2008.11.30、明治学院教会(134)待降節 ①
(単立明治学院教会牧師 4年目、健作さん75歳)
マルコ 13:28-37
1.待降節・アドヴェントです。
クリスマスまでの4週、信仰の覚醒を喚起する暦の季節です。紀元13世紀頃に始まりました。”Advento”はラテン語で「迫り来る、近づきつつある」という意味。名詞では「到来、接近」を意味します。イエスの来臨(来ること)への心の備えをする期間として守られています。
待降節の「聖書朗読日課」はいろいろ工夫されてきました。
2.マルコ13章が待降節に読まれるのは、「いちじくの木の譬え話」があるからです。
いちじくの枝が柔らかになり、葉が出るようになると、夏の収穫が近いことを悟ります。
イエスは季節の変化に、神の国・神の支配の到来を読み取ったのです。
「いちじくの木から教えを学びなさい」(マルコ 13:26)とあります。「学ぶ」は29節では「悟りなさい」と言い換えられています。いちじくの収穫の嬉しさの経験から、神がもたらす収穫・恵みを悟れ、ということです。相当の感性が要求されます。
3.マルコ13章には、初代の教会の大きな問題が書かれています。世の終わりが近いと大騒ぎをしていたことです。地震が起きるとか、飢饉が起きるとか、戦争が始まるとかいうことです。12節には「兄弟は兄弟を、父は子を死に追いやり、子は親に反抗して殺すだろう」などと書かれています。マルコはそういう流言飛語に惑わされないで、しっかり自分というものを持っていなさい、と主張します。

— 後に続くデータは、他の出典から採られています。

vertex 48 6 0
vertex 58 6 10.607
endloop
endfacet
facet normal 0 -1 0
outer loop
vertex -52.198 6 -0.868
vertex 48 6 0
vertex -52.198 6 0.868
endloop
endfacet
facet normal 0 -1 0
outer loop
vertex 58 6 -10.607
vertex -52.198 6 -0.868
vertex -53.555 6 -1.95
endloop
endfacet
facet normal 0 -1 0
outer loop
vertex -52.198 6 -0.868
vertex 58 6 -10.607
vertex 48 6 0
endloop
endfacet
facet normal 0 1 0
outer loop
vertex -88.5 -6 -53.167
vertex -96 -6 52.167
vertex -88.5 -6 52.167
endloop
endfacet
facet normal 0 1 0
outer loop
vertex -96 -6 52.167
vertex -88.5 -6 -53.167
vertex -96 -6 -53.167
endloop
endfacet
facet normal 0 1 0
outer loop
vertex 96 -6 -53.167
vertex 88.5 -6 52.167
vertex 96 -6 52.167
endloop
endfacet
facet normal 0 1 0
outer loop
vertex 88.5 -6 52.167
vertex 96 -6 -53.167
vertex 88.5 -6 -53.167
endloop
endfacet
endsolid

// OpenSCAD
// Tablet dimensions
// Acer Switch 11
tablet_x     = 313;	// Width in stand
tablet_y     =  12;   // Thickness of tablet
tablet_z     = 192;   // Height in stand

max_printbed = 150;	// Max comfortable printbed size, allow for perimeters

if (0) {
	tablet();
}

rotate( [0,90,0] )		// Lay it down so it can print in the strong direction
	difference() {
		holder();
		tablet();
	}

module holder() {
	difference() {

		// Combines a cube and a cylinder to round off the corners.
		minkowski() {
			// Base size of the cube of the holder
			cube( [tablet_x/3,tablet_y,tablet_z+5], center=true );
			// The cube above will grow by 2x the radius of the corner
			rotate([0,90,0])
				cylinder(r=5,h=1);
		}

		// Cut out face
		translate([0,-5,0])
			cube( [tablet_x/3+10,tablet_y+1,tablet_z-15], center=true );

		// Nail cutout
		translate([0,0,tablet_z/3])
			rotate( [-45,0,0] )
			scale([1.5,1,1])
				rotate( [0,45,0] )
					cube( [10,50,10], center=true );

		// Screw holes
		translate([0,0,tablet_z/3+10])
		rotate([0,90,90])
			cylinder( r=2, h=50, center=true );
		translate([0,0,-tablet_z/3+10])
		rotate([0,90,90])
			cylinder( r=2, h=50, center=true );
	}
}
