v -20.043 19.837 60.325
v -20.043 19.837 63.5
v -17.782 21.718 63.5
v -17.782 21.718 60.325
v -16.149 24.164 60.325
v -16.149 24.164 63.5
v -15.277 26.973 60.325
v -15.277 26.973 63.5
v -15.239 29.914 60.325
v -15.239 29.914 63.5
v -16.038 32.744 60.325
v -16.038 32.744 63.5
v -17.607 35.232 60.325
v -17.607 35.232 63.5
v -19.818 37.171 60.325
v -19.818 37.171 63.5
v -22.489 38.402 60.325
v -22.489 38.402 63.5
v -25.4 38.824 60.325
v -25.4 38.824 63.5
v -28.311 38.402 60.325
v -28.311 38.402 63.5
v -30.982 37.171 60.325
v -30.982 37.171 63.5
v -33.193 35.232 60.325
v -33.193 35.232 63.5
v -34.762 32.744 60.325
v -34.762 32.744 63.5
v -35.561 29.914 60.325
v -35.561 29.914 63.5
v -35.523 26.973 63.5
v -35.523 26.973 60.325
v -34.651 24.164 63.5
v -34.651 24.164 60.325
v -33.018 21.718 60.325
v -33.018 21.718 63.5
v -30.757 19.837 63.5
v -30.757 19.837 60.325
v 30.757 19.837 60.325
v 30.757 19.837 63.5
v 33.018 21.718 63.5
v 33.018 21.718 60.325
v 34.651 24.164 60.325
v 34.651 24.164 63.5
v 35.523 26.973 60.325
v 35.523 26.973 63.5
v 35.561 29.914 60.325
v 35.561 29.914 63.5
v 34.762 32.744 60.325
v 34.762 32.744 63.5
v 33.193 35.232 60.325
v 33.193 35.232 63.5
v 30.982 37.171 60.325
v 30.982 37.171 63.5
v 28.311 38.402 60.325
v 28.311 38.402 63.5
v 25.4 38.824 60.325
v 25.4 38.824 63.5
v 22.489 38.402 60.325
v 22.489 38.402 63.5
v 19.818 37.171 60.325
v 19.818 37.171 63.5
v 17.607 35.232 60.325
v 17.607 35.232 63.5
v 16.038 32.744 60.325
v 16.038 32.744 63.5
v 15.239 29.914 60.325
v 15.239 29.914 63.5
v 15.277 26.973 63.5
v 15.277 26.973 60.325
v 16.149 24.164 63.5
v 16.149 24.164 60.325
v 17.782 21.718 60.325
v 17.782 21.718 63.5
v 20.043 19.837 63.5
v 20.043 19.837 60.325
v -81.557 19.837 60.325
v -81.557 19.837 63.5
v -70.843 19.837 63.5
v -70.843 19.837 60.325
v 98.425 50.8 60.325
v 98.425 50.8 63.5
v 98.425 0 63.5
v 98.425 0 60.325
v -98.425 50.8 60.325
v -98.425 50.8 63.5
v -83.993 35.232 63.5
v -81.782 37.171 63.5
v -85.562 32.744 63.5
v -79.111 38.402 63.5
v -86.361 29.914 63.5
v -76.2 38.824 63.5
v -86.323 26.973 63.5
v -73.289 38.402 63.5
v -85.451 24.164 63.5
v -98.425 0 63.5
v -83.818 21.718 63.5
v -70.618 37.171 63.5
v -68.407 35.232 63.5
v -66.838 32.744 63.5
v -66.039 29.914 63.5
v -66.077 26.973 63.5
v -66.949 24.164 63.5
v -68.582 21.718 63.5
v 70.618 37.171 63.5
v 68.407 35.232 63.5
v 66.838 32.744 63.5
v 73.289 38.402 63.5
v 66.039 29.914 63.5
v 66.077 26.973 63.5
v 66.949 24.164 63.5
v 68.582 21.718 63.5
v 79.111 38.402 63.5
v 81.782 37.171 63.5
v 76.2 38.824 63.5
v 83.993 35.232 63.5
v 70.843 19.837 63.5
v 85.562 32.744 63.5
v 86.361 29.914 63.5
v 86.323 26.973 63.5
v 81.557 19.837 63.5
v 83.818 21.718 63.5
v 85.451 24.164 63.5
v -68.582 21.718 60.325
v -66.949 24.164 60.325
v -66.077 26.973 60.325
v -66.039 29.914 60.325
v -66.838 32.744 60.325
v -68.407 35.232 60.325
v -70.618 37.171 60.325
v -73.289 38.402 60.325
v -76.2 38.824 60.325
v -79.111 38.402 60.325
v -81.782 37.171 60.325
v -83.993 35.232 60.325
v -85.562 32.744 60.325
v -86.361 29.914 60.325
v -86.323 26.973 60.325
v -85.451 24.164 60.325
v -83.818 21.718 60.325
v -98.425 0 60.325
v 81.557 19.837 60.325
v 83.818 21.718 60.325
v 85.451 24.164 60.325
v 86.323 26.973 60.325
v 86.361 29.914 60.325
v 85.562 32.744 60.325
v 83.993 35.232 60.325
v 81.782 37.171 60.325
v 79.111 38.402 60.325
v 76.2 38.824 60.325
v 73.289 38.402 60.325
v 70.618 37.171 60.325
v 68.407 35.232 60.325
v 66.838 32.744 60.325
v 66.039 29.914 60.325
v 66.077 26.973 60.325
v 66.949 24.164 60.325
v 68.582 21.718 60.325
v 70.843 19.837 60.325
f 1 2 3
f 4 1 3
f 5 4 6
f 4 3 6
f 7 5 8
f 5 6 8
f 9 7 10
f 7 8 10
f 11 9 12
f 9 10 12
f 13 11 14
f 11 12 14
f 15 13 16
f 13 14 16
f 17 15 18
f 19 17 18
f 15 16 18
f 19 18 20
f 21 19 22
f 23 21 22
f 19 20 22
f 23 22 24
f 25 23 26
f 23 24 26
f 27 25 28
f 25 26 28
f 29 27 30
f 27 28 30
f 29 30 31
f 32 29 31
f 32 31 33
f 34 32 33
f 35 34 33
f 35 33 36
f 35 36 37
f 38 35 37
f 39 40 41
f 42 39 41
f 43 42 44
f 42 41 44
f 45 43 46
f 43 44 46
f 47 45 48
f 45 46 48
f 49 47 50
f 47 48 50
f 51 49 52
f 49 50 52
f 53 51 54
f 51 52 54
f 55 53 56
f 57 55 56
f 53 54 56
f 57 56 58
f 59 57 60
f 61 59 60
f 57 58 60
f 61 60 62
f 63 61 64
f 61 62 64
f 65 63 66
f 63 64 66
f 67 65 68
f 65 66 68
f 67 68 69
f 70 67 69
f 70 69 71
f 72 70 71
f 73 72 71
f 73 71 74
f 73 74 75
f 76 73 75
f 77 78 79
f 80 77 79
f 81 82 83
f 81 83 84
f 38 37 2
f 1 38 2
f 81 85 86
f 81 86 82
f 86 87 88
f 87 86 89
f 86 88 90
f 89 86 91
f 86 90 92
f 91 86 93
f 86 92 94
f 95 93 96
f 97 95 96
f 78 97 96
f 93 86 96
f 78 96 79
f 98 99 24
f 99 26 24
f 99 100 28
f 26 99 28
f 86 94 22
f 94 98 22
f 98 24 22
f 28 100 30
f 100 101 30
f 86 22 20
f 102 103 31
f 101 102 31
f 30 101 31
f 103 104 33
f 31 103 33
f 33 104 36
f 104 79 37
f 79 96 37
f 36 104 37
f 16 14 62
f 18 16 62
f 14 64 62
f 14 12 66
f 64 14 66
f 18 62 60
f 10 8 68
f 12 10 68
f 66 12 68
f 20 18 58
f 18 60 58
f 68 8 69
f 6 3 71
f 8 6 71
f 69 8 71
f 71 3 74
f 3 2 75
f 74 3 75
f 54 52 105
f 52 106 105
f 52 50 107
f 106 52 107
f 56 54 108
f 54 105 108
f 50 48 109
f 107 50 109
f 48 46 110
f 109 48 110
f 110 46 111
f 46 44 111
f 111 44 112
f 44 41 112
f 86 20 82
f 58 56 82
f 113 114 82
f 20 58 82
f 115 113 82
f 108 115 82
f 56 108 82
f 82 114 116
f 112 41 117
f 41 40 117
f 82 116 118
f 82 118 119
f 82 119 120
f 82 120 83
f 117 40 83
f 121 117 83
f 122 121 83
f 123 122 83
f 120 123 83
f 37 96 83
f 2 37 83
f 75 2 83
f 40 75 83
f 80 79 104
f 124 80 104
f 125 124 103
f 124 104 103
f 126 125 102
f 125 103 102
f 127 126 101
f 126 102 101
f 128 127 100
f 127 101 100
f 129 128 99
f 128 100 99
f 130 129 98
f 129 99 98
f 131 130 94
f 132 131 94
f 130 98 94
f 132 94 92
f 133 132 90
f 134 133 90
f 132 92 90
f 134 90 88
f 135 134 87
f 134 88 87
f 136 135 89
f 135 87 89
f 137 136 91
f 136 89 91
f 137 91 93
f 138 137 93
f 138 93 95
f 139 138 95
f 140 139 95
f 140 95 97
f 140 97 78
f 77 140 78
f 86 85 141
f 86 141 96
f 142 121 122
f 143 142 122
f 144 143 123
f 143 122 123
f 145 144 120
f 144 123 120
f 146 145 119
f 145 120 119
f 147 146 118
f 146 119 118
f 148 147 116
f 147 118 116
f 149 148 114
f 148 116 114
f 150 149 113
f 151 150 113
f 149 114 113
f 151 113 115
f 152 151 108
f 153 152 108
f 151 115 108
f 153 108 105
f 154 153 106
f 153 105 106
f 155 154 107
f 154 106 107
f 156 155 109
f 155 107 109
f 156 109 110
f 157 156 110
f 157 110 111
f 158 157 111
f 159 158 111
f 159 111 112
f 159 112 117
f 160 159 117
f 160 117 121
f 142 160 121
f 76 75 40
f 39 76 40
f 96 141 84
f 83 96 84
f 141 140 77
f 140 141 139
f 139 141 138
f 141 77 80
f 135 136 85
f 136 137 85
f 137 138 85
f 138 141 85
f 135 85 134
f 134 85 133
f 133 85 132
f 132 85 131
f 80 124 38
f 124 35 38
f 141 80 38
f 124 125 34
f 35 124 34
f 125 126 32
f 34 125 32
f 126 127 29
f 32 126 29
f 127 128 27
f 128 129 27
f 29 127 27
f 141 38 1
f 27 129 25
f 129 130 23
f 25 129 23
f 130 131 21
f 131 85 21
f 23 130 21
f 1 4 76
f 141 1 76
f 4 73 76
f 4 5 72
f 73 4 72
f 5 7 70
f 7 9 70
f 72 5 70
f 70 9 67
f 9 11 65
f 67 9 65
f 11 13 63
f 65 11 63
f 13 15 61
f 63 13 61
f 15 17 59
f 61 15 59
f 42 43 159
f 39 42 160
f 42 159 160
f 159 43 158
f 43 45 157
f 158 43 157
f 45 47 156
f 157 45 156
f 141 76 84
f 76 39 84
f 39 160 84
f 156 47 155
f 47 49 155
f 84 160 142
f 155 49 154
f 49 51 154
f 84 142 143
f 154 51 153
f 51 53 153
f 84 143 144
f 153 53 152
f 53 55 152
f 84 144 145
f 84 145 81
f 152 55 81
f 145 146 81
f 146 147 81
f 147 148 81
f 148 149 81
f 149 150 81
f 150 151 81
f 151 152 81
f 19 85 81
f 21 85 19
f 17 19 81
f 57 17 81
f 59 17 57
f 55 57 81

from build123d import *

# Parameters (mm, degrees)
SKETCH1_W           = 203.2
SKETCH1_H           = 127
BOSS_EXTRUDE1_DEPTH = 50.8
SKETCH2_W           = 196.85
SKETCH2_H           = 120.65
CUT_EXTRUDE1_DEPTH  = 51.8
SKETCH4_W           = 203.2
SKETCH4_H           = 127
SKETCH4_W_2         = 196.85
SKETCH4_H_2         = 120.65
BOSS_EXTRUDE2_DEPTH = 6.35
CUT_EXTRUDE5_DEPTH  = 128
CUT_EXTRUDE6_REACH  = 205.2
CUT_EXTRUDE7_REACH  = 205.2
SKETCH13_R          = 12.55395
CUT_EXTRUDE8_DEPTH  = 51.8


with BuildPart() as part:
    # Sketch1 → Boss-Extrude1 (new body)
    with BuildSketch(Plane(origin=(0, 0, 0), x_dir=(1, 0, 0), z_dir=(0, 1, 0))):
        Rectangle(SKETCH1_W, SKETCH1_H)
    extrude(amount=BOSS_EXTRUDE1_DEPTH)

    # Sketch2 → Cut-Extrude1 (cut, through all)
    with BuildSketch(Plane(origin=(0, 50.8, 0), x_dir=(1, 0, 0), z_dir=(0, 1, 0))):
        Rectangle(SKETCH2_W, SKETCH2_H)
    extrude(amount=-CUT_EXTRUDE1_DEPTH, mode=Mode.SUBTRACT)

    # Sketch4 → Boss-Extrude2 (add)
    with BuildSketch(Plane(origin=(0, 50.8, 0), x_dir=(1, 0, 0), z_dir=(0, 1, 0))):
        Rectangle(SKETCH4_W, SKETCH4_H)
        Rectangle(SKETCH4_W_2, SKETCH4_H_2, mode=Mode.SUBTRACT)
    extrude(amount=-BOSS_EXTRUDE2_DEPTH)

    # Sketch10 → Cut-Extrude5 (cut, through all)
    with BuildSketch(Plane.XY.offset(63.5)):
        with BuildLine():
            ThreePointArc((-70.843294161, 19.8374), (-76.2, 38.8239), (-81.556705839, 19.8374))
            Line((-81.556705839, 19.8374), (-70.843294161, 19.8374))
        make_face()
        with BuildLine():
            ThreePointArc((81.556705839, 19.8374), (76.2, 38.8239), (70.843294161, 19.8374))
            Line((70.843294161, 19.8374), (81.556705839, 19.8374))
        make_face()
        with BuildLine():
            ThreePointArc((30.756705839, 19.8374), (25.4, 38.8239), (20.043294161, 19.8374))
            Line((20.043294161, 19.8374), (30.756705839, 19.8374))
        make_face()
        with BuildLine():
            ThreePointArc((-20.043294161, 19.8374), (-25.4, 38.8239), (-30.756705839, 19.8374))
            Line((-30.756705839, 19.8374), (-20.043294161, 19.8374))
        make_face()
    extrude(amount=-CUT_EXTRUDE5_DEPTH, mode=Mode.SUBTRACT)

    # Sketch12 → Cut-Extrude6 (cut, up to next)
    with BuildSketch(Plane(origin=(101.6, 0, 0), x_dir=(0, 0, -1), z_dir=(1, 0, 0)), mode=Mode.PRIVATE) as cut_extrude6_sk1:
        with BuildLine():
            ThreePointArc((-20.043294161, 19.8374), (-25.4, 38.8239), (-30.756705839, 19.8374))
            Line((-30.756705839, 19.8374), (-20.043294161, 19.8374))
        make_face()
    cut_extrude6_tool1 = extrude(cut_extrude6_sk1.sketch, amount=-CUT_EXTRUDE6_REACH, mode=Mode.PRIVATE) & part.part
    add(cut_extrude6_tool1.solids().sort_by_distance((101.6, 28.896198, 25.4))[0], mode=Mode.SUBTRACT)
    # Sketch12 → Cut-Extrude6 (cut, up to next)
    with BuildSketch(Plane(origin=(101.6, 0, 0), x_dir=(0, 0, -1), z_dir=(1, 0, 0)), mode=Mode.PRIVATE) as cut_extrude6_sk2:
        with BuildLine():
            ThreePointArc((30.756705839, 19.8374), (25.4, 38.8239), (20.043294161, 19.8374))
            Line((20.043294161, 19.8374), (30.756705839, 19.8374))
        make_face()
    cut_extrude6_tool2 = extrude(cut_extrude6_sk2.sketch, amount=-CUT_EXTRUDE6_REACH, mode=Mode.PRIVATE) & part.part
    add(cut_extrude6_tool2.solids().sort_by_distance((101.6, 28.896198, -25.4))[0], mode=Mode.SUBTRACT)

    # Sketch13 → Cut-Extrude7 (cut, up to next)
    with BuildSketch(Plane.ZY.offset(101.6), mode=Mode.PRIVATE) as cut_extrude7_sk1:
        with Locations((12.7, 28.575)):
            Circle(SKETCH13_R)
    cut_extrude7_tool1 = extrude(cut_extrude7_sk1.sketch, amount=-CUT_EXTRUDE7_REACH, mode=Mode.PRIVATE) & part.part
    add(cut_extrude7_tool1.solids().sort_by_distance((-101.6, 28.575, 12.7))[0], mode=Mode.SUBTRACT)

    # Sketch14 → Cut-Extrude8 (cut, through all)
    with BuildSketch(Plane(origin=(0, 50.8, 0), x_dir=(1, 0, 0), z_dir=(0, 1, 0))):
        Polygon((-98.425, -60.325), (-98.425, -63.5), (-101.6, -63.5), (-101.6, 63.5), (101.6, 63.5), (101.6, -63.5), (98.425, -63.5), (98.425, -60.325), align=None)
    extrude(amount=-CUT_EXTRUDE8_DEPTH, mode=Mode.SUBTRACT)


solid = part.part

当時「黙示文学」表現の仕方があって、いろいろな徴(しるし)の出来事に「世の終わり」を読み込むことは流行だったのです。
13章のうち、5、9、23、33、35、37節はマルコの編集句です。
ここには「気をつけて」「目を覚ませ」の句が繰り返し出て来ます。マルコの主張です。
マルコの示す生き方は、未来の事件の予告に引き摺られないで「現在をしっかり生きよ」というものです。
「(主が来られることに)目を覚ましていなさい」ということです。
今の出来事を真剣に生きて、一つ一つ決断を重ねて、あとは「近い」といわれる「主」に委ねて生きるのだ、ということです。
4.浜田寿美男『ありのままを生きる』(岩波書店 1977)。
30年前、自閉症の子どもに出会い、人生の考え方を変えます。自閉児の振る舞いが「へん」、私たちが「当たり前」と考えなくなります。治療とか訓練の危うさを知ります。
彼らの振る舞いの不思議さも、障害を持たない子どもの振る舞いも、「文化」です。
彼はUさんという親に出会い、「自閉症が治ってもらったら困る」という言葉を聞きます。初めはわからなかった。不可逆的に背負った条件のもとで、より生きやすい形を求めるのは当然ですが、それはおよそ「治る」という発想とは別のものである。
Uさんが言っているのは「この子はこの子でよい。一人の人間でそれだけでよい。その子をありのままで引き受けて、一緒に生きてゆく」と、この子の生きる形を逆説的に、しかもある意味では非常に素直に表明したものであると考えます。
治るのを待つのではないのです。
今を決断して、そのあるがままを待つのです。
「主を待つ」ことは「座して待つ」という待ち方ではなくて、「今の決断を重ねる」ということで、「その後は、来られる主にゆだねる」ということです。